I have a recursive descent parser for an embedded ARM processor (in C + GCC, for ARM Cortex M3).
While running it I've noticed that it uses a massive amount of stack space (even more than you might expect) and under closer inspection I have found that this is happening:
extern int bar(int *p);
int foo() {
int z = foo(); // it's an example!
int n[100]; // stack usage
return z+bar(n); // calling bar(n) stops n from being optimised out
}
Result of running arm-none-eabi-gcc -fomit-frame-pointer -S test.c
foo:
str lr, [sp, #-4]! ; Push link register
sub sp, sp, #412 ; Reserve space on stack, even if we don't need it now!
bl foo ; Recurse
str r0, [sp, #404] ; Store result
...
So at the start of the function, it pushes the entire stack frame onto the stack. However after a few iterations it's got loads of stuff on the stack that it hasn't used yet.

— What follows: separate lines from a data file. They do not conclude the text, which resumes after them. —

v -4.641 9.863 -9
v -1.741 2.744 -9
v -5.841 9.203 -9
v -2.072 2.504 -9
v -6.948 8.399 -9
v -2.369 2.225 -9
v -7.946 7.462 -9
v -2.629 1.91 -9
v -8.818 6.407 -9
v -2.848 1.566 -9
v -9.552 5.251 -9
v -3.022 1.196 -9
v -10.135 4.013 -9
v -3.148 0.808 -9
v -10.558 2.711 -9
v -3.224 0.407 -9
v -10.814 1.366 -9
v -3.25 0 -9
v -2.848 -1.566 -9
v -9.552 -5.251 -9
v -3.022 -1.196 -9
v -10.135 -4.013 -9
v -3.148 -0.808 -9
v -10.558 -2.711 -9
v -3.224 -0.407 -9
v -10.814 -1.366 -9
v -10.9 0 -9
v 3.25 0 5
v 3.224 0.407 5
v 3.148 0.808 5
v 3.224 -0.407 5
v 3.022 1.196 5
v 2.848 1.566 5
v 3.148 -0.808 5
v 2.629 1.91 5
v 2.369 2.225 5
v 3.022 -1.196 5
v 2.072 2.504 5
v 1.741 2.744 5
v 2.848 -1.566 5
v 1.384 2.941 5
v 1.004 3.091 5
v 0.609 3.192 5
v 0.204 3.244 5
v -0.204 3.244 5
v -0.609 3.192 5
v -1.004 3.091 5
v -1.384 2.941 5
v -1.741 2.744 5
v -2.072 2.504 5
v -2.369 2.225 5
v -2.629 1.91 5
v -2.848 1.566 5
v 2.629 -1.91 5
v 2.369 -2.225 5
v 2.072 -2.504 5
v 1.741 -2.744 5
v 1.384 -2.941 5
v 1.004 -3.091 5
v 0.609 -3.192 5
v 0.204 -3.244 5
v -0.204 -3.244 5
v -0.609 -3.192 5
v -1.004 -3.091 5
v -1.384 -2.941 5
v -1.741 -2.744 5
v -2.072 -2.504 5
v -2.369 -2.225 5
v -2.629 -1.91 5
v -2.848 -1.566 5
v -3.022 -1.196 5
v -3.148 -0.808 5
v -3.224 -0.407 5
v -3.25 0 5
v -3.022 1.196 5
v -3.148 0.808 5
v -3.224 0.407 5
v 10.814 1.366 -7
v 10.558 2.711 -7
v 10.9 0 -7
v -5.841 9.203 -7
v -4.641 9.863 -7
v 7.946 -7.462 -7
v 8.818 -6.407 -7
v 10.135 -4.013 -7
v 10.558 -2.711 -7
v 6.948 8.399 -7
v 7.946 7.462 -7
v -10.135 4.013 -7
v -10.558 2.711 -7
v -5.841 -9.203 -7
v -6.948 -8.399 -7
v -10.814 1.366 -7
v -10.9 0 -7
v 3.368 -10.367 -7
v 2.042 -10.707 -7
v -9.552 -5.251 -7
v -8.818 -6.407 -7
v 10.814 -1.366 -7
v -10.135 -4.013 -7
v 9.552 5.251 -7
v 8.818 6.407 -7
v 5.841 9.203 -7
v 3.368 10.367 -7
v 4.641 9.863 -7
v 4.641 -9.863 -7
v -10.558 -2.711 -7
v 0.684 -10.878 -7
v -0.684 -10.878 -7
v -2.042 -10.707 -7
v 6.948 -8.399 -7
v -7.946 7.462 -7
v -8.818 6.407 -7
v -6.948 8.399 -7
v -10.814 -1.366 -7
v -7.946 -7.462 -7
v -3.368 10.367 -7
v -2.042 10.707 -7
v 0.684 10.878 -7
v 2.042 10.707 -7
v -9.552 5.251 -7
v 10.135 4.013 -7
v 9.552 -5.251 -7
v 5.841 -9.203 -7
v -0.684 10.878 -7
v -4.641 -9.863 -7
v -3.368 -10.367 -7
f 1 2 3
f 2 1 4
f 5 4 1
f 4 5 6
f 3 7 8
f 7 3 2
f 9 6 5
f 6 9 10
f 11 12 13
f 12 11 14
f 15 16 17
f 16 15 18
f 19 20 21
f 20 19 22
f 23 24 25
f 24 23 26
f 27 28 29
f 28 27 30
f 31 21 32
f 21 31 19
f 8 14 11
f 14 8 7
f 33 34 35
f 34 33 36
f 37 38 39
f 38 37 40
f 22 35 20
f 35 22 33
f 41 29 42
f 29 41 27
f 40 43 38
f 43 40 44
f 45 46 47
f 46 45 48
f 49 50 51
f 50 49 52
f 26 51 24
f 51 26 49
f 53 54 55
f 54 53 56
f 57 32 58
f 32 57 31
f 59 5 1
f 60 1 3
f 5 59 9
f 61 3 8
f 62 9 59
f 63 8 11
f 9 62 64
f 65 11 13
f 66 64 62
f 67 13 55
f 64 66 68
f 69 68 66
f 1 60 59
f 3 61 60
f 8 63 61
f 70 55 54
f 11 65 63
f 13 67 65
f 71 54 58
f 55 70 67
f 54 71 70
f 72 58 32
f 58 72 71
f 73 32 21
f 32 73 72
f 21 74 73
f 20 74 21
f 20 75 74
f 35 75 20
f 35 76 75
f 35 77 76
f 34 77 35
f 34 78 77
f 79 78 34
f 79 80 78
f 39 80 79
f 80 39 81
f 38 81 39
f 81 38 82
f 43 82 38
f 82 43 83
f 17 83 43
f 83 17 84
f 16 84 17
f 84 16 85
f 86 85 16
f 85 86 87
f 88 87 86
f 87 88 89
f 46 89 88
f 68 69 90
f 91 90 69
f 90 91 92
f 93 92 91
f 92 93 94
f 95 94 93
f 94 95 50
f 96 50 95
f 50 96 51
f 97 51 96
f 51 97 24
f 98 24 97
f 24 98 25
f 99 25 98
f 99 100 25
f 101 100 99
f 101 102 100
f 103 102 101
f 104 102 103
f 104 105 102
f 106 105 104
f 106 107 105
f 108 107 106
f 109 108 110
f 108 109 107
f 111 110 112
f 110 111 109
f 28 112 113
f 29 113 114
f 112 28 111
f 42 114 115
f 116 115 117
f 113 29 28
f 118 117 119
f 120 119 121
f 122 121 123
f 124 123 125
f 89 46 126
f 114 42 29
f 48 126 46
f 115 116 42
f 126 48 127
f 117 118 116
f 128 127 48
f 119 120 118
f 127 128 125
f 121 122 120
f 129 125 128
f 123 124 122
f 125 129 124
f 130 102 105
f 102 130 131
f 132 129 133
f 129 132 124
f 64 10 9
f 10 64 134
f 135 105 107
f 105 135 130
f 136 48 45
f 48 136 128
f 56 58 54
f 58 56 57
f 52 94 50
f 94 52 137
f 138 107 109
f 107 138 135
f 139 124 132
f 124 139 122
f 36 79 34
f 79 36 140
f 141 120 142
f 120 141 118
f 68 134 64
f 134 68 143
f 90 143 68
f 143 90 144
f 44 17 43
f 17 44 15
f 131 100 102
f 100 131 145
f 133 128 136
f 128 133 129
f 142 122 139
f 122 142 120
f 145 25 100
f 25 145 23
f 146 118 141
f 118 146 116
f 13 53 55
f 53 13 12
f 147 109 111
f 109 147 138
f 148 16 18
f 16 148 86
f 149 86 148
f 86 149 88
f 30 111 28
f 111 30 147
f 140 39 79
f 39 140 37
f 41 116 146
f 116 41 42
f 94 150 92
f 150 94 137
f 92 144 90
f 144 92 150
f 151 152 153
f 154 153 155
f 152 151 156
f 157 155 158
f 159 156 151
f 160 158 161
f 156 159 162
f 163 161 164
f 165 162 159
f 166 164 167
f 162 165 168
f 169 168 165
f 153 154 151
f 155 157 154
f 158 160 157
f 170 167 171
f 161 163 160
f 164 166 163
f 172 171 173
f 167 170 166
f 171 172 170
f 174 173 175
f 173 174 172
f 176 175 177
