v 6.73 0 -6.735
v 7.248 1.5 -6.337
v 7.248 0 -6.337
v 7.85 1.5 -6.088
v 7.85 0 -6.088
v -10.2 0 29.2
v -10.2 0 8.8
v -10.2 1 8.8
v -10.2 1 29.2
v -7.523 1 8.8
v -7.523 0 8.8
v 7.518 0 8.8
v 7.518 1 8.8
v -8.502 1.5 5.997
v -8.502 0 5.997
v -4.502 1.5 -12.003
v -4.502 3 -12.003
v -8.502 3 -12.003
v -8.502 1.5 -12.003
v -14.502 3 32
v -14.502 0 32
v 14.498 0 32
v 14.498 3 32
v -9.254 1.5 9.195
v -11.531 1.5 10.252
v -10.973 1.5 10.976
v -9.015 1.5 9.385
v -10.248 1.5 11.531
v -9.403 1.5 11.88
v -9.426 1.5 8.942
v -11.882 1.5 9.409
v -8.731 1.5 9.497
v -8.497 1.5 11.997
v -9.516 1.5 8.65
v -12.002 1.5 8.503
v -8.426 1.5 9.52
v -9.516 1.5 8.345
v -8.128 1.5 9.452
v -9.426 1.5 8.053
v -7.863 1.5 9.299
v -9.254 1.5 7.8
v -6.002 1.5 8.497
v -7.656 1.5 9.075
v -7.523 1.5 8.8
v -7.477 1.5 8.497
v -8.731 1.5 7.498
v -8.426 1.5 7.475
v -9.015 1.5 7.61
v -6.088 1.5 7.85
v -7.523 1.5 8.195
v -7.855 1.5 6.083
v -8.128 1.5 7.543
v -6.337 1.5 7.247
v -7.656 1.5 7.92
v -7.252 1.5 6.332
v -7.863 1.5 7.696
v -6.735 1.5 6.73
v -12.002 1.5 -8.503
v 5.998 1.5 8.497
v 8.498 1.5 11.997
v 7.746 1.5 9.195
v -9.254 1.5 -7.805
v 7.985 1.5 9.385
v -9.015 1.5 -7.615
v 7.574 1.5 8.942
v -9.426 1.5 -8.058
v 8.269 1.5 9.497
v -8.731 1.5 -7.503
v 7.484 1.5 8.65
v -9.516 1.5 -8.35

Ideally, what I'd like is for GCC to generate:
foo:
str lr, [sp, #-4]! ; Push link register
; Don't reserve space, because we don't need it
bl foo ; Recurse
sub sp, sp, #412 ; Reserve space now
str r0, [sp, #404] ; Store result
...
(This is probably not correct but I hope you get the idea)
Something a bit like this can be achieved with the following code, but it's really nasty (and if GCC inlines fooworker, it breaks again!). There must be a better way?
int fooworker(int z) {
int n[100]; // stack usage
return z+bar(n); // calling bar(n) stops n from being optimised out
}
int foo() {
return fooworker(foo());
}
So is there a way of telling GCC to only enlarge the stack at the start of the basic block, or is there a 'barrier' statement that causes extra push/pop ops to be added at that point? I guess GCC is using one of the ARM standard call types - but is there a way to tag these functions with another call type that is a bit more efficient with the stack, or is there a way to rewrite the functions such that the stack is used a bit more sensibly?
Please don't tell me not to use recursion, it is not answering the question.